TELEVISION Marquee Moon (Elektra)
Officially the sixth best debut album in the world...ever! if you believe a certain list published elsewhere in this issue, Television's (who, incidentally, had an article devoted to them in this morning's Independent On Sunday) evergreen "Marquee Moon" still shows young 'un's like Built To Spill and Superchunk how much there is to know about what two electric guitars playing together can sound like: just listen to the way Tom Verlaine and Richard Lloyd's guitar lines coil around each other during the ten minute title track. Television may have been nominally punk/new wave/call it what you want, but that didn't prevent them from meticulously documenting who plays what solo on which track, or stop them writing proper songs with real lyrics (legend has it that Verlaine used to mumble the words at gigs to outfox a note-taking Lou Reed in the audience) no better than on "Venus", home to classic lines like "Richard said "Let's dress up like cops, think what we could do"/But something, somewhere, says you'd better not" and inimitable moments such as that song's call and response chorus, or Verlaine's deadpan "This case is closed" at the end of the genuine top pop hit "Prove It". That "Marquee Moon" still sounds great over twenty years later is a testament to the power of Tom Verlaine's songwriting and Andy Johns' uncluttered production - it's one of very few albums from that era, Patti Smith's "Horses" being another, that stubbornly refuse to date.
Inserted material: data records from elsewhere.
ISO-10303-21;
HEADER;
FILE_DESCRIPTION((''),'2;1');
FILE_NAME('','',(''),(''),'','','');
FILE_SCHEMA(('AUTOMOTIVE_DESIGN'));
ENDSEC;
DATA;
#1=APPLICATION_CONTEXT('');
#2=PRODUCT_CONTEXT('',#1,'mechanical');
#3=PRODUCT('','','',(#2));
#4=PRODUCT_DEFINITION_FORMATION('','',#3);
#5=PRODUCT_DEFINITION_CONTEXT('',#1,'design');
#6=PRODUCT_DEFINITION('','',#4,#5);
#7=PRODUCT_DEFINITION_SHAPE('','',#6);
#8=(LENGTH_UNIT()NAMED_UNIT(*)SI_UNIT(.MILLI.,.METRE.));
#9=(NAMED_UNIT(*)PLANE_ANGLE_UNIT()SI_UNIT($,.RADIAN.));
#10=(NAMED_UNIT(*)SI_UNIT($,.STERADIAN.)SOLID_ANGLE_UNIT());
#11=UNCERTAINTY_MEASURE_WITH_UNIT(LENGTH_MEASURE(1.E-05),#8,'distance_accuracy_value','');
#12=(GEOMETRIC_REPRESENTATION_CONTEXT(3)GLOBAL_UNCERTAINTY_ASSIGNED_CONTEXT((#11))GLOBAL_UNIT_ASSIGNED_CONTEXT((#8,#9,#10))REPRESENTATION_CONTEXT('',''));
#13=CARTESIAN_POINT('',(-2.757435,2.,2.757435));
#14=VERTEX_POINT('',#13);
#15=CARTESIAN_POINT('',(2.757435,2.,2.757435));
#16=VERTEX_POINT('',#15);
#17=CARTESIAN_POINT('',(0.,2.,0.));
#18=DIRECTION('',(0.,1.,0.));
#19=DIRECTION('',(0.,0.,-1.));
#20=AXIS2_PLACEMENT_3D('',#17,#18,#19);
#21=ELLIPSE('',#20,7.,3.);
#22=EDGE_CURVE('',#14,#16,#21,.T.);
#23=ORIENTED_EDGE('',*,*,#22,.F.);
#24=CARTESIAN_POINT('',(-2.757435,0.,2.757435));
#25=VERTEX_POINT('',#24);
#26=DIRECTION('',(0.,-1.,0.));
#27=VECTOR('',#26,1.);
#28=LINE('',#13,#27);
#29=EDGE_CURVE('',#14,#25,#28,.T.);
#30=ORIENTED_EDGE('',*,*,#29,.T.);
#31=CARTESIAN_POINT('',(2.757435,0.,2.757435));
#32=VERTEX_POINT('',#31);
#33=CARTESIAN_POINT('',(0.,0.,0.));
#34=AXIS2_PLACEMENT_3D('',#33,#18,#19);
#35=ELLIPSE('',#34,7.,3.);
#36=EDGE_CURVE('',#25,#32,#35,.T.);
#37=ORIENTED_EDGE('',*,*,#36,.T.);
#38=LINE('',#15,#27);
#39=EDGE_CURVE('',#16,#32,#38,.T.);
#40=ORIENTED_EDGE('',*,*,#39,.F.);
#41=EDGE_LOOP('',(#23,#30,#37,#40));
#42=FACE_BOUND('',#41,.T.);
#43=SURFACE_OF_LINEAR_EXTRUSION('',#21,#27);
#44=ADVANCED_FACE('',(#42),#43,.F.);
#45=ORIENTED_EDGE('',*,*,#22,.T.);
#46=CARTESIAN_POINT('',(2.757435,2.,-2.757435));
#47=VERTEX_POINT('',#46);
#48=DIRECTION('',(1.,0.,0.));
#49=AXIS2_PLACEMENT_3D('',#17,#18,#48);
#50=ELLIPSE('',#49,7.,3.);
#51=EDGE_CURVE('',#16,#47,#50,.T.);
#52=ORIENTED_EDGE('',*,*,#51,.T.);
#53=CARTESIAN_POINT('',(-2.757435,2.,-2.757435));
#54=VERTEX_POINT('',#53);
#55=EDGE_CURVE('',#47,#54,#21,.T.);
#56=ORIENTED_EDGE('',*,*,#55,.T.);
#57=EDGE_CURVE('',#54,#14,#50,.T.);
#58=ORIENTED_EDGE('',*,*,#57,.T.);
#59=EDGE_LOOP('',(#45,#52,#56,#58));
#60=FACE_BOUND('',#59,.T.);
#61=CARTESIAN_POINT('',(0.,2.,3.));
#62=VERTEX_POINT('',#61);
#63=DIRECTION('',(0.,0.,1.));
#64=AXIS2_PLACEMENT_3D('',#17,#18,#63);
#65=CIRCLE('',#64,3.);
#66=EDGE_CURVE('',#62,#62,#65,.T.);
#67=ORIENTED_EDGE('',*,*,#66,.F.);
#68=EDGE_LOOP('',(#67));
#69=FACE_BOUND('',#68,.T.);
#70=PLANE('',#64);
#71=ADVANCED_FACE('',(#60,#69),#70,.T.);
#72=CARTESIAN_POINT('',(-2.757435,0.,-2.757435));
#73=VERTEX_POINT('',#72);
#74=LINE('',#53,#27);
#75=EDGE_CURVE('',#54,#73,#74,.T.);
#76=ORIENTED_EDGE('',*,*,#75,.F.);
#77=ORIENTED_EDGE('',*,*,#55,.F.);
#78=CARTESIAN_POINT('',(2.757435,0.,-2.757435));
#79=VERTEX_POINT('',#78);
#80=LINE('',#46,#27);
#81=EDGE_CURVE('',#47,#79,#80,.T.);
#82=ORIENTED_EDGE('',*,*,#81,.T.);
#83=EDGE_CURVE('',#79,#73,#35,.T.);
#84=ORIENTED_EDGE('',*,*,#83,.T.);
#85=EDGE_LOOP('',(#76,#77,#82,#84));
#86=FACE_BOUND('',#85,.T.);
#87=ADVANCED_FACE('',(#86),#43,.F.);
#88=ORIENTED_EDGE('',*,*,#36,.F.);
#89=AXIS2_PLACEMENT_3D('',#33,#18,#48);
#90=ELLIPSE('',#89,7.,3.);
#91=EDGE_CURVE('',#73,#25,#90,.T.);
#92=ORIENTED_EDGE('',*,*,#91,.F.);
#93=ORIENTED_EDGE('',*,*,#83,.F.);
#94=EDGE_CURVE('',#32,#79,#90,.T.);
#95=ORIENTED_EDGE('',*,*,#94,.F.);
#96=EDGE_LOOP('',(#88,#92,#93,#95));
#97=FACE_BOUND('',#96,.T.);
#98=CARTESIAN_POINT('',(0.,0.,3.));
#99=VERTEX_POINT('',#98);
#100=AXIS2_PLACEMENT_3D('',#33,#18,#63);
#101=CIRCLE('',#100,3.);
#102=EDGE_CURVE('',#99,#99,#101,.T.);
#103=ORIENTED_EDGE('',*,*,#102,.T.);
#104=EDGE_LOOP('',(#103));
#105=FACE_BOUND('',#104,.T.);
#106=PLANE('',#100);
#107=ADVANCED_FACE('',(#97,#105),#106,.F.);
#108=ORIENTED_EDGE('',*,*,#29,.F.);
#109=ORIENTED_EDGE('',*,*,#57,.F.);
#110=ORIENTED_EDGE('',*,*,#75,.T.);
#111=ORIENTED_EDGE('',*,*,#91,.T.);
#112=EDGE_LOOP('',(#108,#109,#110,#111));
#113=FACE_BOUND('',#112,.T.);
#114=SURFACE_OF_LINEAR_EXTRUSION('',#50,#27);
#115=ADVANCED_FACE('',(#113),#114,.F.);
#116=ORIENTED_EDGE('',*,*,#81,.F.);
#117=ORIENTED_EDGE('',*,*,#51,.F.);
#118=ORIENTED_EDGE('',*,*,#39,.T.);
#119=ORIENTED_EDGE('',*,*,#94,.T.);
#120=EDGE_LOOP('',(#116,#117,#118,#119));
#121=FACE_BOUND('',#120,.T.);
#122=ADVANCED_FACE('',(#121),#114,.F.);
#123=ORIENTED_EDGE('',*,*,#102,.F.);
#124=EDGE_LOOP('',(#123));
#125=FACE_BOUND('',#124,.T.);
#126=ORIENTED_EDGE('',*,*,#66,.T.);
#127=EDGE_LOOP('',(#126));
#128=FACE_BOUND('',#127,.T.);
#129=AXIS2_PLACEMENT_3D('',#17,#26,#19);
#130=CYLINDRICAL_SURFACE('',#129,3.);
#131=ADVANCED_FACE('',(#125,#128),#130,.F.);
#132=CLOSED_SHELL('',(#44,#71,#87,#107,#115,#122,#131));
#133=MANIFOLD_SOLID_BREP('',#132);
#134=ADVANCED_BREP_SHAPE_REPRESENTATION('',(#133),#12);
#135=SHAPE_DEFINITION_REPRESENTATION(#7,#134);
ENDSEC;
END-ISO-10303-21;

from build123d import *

# Parameters (mm, degrees)
SKETCH1_R           = 3
BOSS_EXTRUDE1_DEPTH = 2


with BuildPart() as part:
    # Sketch1 → Boss-Extrude1 (new body)
    with BuildSketch(Plane(origin=(0, 0, 0), x_dir=(1, 0, 0), z_dir=(0, 1, 0))):
        with BuildLine():
            add(Edge.make_bspline(
                [(-2.75743509, -2.75743509), (0, -17.770137247), (2.75743509, -2.75743509)],
                knots=[1.975688113, 1.975688113, 1.975688113, 4.307497194, 4.307497194, 4.307497194], degree=2, weights=[1, 0.393919299, 1]))
            add(Edge.make_bspline(
                [(2.75743509, -2.75743509), (17.770137247, 0), (2.75743509, 2.75743509)],
                knots=[5.117280767, 5.117280767, 5.117280767, 7.449089848, 7.449089848, 7.449089848], degree=2, weights=[1, 0.393919299, 1]))
            add(Edge.make_bspline(
                [(2.75743509, 2.75743509), (0, 17.770137247), (-2.75743509, 2.75743509)],
                knots=[5.117280767, 5.117280767, 5.117280767, 7.449089848, 7.449089848, 7.449089848], degree=2, weights=[1, 0.393919299, 1]))
            add(Edge.make_bspline(
                [(-2.75743509, 2.75743509), (-17.770137247, 0), (-2.75743509, -2.75743509)],
                knots=[1.975688113, 1.975688113, 1.975688113, 4.307497194, 4.307497194, 4.307497194], degree=2, weights=[1, 0.393919299, 1]))
        make_face()
        Circle(SKETCH1_R, mode=Mode.SUBTRACT)
    extrude(amount=BOSS_EXTRUDE1_DEPTH)


solid = part.part
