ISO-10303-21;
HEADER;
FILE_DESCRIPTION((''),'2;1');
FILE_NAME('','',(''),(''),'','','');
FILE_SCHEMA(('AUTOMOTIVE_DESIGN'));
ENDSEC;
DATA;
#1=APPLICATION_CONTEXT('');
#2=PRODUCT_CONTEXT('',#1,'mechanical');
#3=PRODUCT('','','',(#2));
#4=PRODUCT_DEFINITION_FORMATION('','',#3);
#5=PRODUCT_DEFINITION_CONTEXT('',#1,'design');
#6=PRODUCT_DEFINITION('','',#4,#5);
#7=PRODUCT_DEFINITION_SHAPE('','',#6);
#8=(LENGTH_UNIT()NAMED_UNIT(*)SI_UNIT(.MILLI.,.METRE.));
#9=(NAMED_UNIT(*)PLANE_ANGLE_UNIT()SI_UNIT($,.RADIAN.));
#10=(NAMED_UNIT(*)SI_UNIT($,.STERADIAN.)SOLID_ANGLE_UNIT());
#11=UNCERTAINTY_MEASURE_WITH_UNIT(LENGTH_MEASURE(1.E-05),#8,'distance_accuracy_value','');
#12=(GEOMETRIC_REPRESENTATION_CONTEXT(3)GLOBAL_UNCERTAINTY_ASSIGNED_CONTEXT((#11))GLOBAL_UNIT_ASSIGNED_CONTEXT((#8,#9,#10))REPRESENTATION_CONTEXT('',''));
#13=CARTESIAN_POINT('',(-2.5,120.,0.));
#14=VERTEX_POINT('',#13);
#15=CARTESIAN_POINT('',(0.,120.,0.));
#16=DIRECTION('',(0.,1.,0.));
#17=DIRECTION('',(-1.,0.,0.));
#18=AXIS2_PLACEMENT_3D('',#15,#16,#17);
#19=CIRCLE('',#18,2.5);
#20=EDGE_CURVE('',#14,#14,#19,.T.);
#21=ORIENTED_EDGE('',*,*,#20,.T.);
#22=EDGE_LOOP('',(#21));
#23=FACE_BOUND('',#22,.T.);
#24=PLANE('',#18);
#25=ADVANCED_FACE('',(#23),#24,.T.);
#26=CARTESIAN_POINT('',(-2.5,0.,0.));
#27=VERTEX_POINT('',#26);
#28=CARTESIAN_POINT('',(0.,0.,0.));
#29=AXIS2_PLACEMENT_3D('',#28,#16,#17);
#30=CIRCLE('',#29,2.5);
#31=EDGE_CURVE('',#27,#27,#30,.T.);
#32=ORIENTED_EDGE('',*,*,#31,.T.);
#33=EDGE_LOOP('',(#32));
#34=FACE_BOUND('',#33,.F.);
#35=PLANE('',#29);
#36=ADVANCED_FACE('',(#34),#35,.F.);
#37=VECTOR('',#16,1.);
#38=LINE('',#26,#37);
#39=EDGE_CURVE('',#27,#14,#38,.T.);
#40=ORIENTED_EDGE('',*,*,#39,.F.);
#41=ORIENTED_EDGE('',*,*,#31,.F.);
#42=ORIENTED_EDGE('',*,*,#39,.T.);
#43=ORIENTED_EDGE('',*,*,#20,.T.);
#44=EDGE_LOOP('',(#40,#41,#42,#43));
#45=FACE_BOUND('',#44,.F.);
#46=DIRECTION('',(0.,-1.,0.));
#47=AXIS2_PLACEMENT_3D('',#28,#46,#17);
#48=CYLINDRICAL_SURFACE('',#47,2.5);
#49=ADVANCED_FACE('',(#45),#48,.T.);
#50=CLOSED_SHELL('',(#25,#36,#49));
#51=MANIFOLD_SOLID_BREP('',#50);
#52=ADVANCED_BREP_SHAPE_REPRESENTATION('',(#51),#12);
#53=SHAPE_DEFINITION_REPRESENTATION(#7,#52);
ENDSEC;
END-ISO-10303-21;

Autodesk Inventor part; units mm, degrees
ref_plane "YZ Plane" through (0, 0, 0) normal (1, 0, 0) x (0, 1, 0)
ref_plane "XZ Plane" through (0, 0, 0) normal (0, 1, 0) x (-1, 0, 0)
ref_plane "XY Plane" through (0, 0, 0) normal (0, 0, 1) x (1, 0, 0)
sketch "Sketch1" plane through (0, 0, 0) normal (0, 1, 0) x (-1, 0, 0)
  circle A0 centre (0, 0) radius 2.5
  dimension "d2" = 5
extrude "Extrusion1" add sketch "Sketch1" along normal blind 120
thread "Thread1" size "M5x0.8" class "6g" standard "ANSI Metric M Profile" full length
properties part number "connector"
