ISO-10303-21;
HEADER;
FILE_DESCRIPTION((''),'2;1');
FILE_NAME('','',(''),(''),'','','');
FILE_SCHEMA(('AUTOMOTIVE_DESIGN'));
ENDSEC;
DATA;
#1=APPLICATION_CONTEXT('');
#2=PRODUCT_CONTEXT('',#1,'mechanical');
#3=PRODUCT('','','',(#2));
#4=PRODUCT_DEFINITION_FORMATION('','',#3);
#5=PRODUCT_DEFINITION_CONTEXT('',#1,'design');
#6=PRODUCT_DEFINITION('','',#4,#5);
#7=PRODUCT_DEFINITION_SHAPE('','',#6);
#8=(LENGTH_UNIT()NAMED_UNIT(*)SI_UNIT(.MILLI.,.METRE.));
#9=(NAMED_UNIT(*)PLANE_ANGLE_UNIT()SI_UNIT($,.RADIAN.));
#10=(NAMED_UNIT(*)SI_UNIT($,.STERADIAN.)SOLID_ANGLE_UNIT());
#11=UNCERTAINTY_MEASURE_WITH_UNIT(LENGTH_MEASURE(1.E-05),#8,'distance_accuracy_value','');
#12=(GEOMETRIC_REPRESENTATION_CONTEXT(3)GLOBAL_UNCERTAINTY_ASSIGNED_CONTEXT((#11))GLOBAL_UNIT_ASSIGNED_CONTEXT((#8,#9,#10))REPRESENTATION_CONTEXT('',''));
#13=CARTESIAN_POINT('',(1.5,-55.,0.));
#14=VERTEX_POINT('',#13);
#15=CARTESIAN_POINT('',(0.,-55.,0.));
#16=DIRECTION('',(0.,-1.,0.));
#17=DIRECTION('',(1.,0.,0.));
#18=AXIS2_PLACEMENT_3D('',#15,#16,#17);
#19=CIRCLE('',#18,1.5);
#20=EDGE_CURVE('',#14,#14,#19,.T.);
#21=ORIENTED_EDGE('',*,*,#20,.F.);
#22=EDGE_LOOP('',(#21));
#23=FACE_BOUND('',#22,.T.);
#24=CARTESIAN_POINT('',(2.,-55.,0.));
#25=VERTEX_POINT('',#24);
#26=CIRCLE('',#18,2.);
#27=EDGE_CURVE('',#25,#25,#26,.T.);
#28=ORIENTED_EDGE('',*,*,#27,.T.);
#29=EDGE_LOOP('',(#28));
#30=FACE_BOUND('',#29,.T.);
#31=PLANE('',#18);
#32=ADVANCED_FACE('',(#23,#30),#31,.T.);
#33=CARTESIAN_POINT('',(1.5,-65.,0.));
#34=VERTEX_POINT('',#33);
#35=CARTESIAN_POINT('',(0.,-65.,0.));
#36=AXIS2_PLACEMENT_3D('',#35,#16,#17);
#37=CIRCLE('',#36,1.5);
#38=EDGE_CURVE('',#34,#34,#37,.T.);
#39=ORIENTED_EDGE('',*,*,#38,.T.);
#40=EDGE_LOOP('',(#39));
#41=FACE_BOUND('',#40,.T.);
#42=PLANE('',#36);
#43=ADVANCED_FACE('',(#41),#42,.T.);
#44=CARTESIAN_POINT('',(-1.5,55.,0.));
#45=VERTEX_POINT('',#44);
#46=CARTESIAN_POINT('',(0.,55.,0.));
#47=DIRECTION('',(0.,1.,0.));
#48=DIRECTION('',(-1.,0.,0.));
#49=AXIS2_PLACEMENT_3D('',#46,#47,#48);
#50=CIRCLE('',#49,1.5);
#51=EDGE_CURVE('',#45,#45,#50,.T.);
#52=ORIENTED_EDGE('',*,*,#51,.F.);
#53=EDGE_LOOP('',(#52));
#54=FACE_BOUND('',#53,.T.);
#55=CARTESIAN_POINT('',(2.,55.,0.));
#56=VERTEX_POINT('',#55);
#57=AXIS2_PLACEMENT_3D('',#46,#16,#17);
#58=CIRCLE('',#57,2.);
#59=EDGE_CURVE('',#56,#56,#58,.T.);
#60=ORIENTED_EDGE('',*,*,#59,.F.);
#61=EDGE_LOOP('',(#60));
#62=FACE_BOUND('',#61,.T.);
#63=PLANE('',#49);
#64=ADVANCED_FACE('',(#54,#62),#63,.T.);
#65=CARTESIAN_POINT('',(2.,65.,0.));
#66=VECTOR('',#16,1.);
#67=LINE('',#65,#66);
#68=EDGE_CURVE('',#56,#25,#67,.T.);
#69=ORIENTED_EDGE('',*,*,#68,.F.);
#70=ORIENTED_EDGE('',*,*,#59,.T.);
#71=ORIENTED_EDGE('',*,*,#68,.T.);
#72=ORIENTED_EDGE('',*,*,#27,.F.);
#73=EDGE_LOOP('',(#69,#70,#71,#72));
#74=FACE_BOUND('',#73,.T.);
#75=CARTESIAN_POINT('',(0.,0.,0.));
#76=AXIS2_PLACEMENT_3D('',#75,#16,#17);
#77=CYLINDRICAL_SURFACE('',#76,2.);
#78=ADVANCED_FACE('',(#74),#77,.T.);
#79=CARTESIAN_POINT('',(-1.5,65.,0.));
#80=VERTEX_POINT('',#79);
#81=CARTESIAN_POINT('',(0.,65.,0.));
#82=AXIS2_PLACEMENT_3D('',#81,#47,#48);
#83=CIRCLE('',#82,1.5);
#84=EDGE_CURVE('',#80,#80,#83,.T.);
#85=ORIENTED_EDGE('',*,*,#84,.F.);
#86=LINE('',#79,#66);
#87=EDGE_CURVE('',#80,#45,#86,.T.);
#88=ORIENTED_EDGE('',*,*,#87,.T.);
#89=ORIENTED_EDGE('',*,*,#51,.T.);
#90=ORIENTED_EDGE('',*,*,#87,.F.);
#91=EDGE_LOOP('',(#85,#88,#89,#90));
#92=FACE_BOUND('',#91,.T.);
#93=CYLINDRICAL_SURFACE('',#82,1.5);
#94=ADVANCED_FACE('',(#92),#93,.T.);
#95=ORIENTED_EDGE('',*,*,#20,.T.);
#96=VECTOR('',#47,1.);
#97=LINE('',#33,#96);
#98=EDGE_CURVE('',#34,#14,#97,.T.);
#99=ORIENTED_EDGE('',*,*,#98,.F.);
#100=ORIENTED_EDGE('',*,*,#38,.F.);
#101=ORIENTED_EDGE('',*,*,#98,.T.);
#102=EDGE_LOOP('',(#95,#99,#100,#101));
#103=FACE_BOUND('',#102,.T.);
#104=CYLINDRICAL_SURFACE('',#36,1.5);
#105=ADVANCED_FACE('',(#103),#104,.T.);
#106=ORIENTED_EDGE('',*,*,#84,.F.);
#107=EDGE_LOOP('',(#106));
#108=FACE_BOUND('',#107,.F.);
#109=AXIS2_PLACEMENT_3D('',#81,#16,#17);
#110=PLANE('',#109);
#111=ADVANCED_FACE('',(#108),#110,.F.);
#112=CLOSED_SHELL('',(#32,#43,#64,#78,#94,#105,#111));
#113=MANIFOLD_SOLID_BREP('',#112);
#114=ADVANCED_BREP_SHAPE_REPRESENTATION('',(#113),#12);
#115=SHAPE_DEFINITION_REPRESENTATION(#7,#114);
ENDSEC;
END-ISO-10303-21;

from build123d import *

# Parameters (mm, degrees)
F0_R     = 2
F1_DEPTH = 65
F2_R     = 2
F2_R_2   = 1.5
F3_DEPTH = 10
F4_R     = 2
F4_R_2   = 1.5
F5_DEPTH = 10


with BuildPart() as f1:
    # F0 (on Front) → F1 (new body, symmetric)
    with BuildSketch(Plane.XZ):
        Circle(F0_R)
    extrude(amount=F1_DEPTH, both=True)

    # F2 (on face) → F3 (cut)
    with BuildSketch(Plane.XZ.offset(65)):
        Circle(F2_R)
        Circle(F2_R_2, mode=Mode.SUBTRACT)
    extrude(amount=-F3_DEPTH, mode=Mode.SUBTRACT)

    # F4 (on face) → F5 (cut)
    with BuildSketch(Plane(origin=(0, 65, 0), x_dir=(-1, 0, 0), z_dir=(0, 1, 0))):
        Circle(F4_R)
        Circle(F4_R_2, mode=Mode.SUBTRACT)
    extrude(amount=-F5_DEPTH, mode=Mode.SUBTRACT)


solid = f1.part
TELEVISION The Blow-Up (ROIR)Television's legendary live album, originally issued in 1982 on cassette, finally makes it to vinyl, in this case green and blue discs of the stuff. Although little better than bootleg quality sonically the track selection was supervised by Tom Verlaine from tapes made at gigs during 1978, making "The Blow-Up" the closest possible cut to re-enacting a primetime Television concert in the privacy of your own home. It's also vital because of what it adds to the band's sketchy discography: material is drawn from the two albums released by the original incarnation of the group (one of which, "Marquee Moon", is simply one of the finest albums ever made) but the setlist also takes in a fifteen-minute version of their home-brewed debut single "Little Johnny Jewel" and covers of "Satisfaction", "Knockin' On Heaven's Door" and The 13th Floor Elevators' "Fire Engine", here retitled "The Blow Up".
So it doesnt make for comfortable listening, sounding rough and battered compared to their polished studio performances. You won't hear much of Tom Verlaine's quicksilver lyricism either - legend has it the singer adopted a mumbling vocal style to outwit note-taking audience member Lou Reed. But there are moments here that are as fine as anything Television have preserved for posterity, notably the kinetic, high-kicking "Saturday Night Fever"-meets-CBGBs funk of "Little Johnny Jewel". And for that, "The Blow-Up" more than justifies its existence.
TELEVISION Adventure (Elektra)Arriving hot on the vapour trails of their seminal debut waxing "Marquee Moon", Television's sophomore effort could charitably be described as sounding rushed. The wild flights of interlocking guitar lines that characterised their earlier work had curdled into thugging riffage (see the single "Foxhole", for example) and the jousting wordplay that had inspired admirers such as Lou Reed is conspicuous only by its absence. "Adventure" has its moments: "Days" is gorgeous, Verlaine's guitar waterfalls that plunge through "The Fire" evoke pleasant feelings of nostalgia for "Marquee Moon" and "Ain't That Nothin'" is a reasonable facsimile of "Prove It". But "Adventure" effectively demonstrated that Television were played out, so much so that it would be 14 years before the band recorded together again.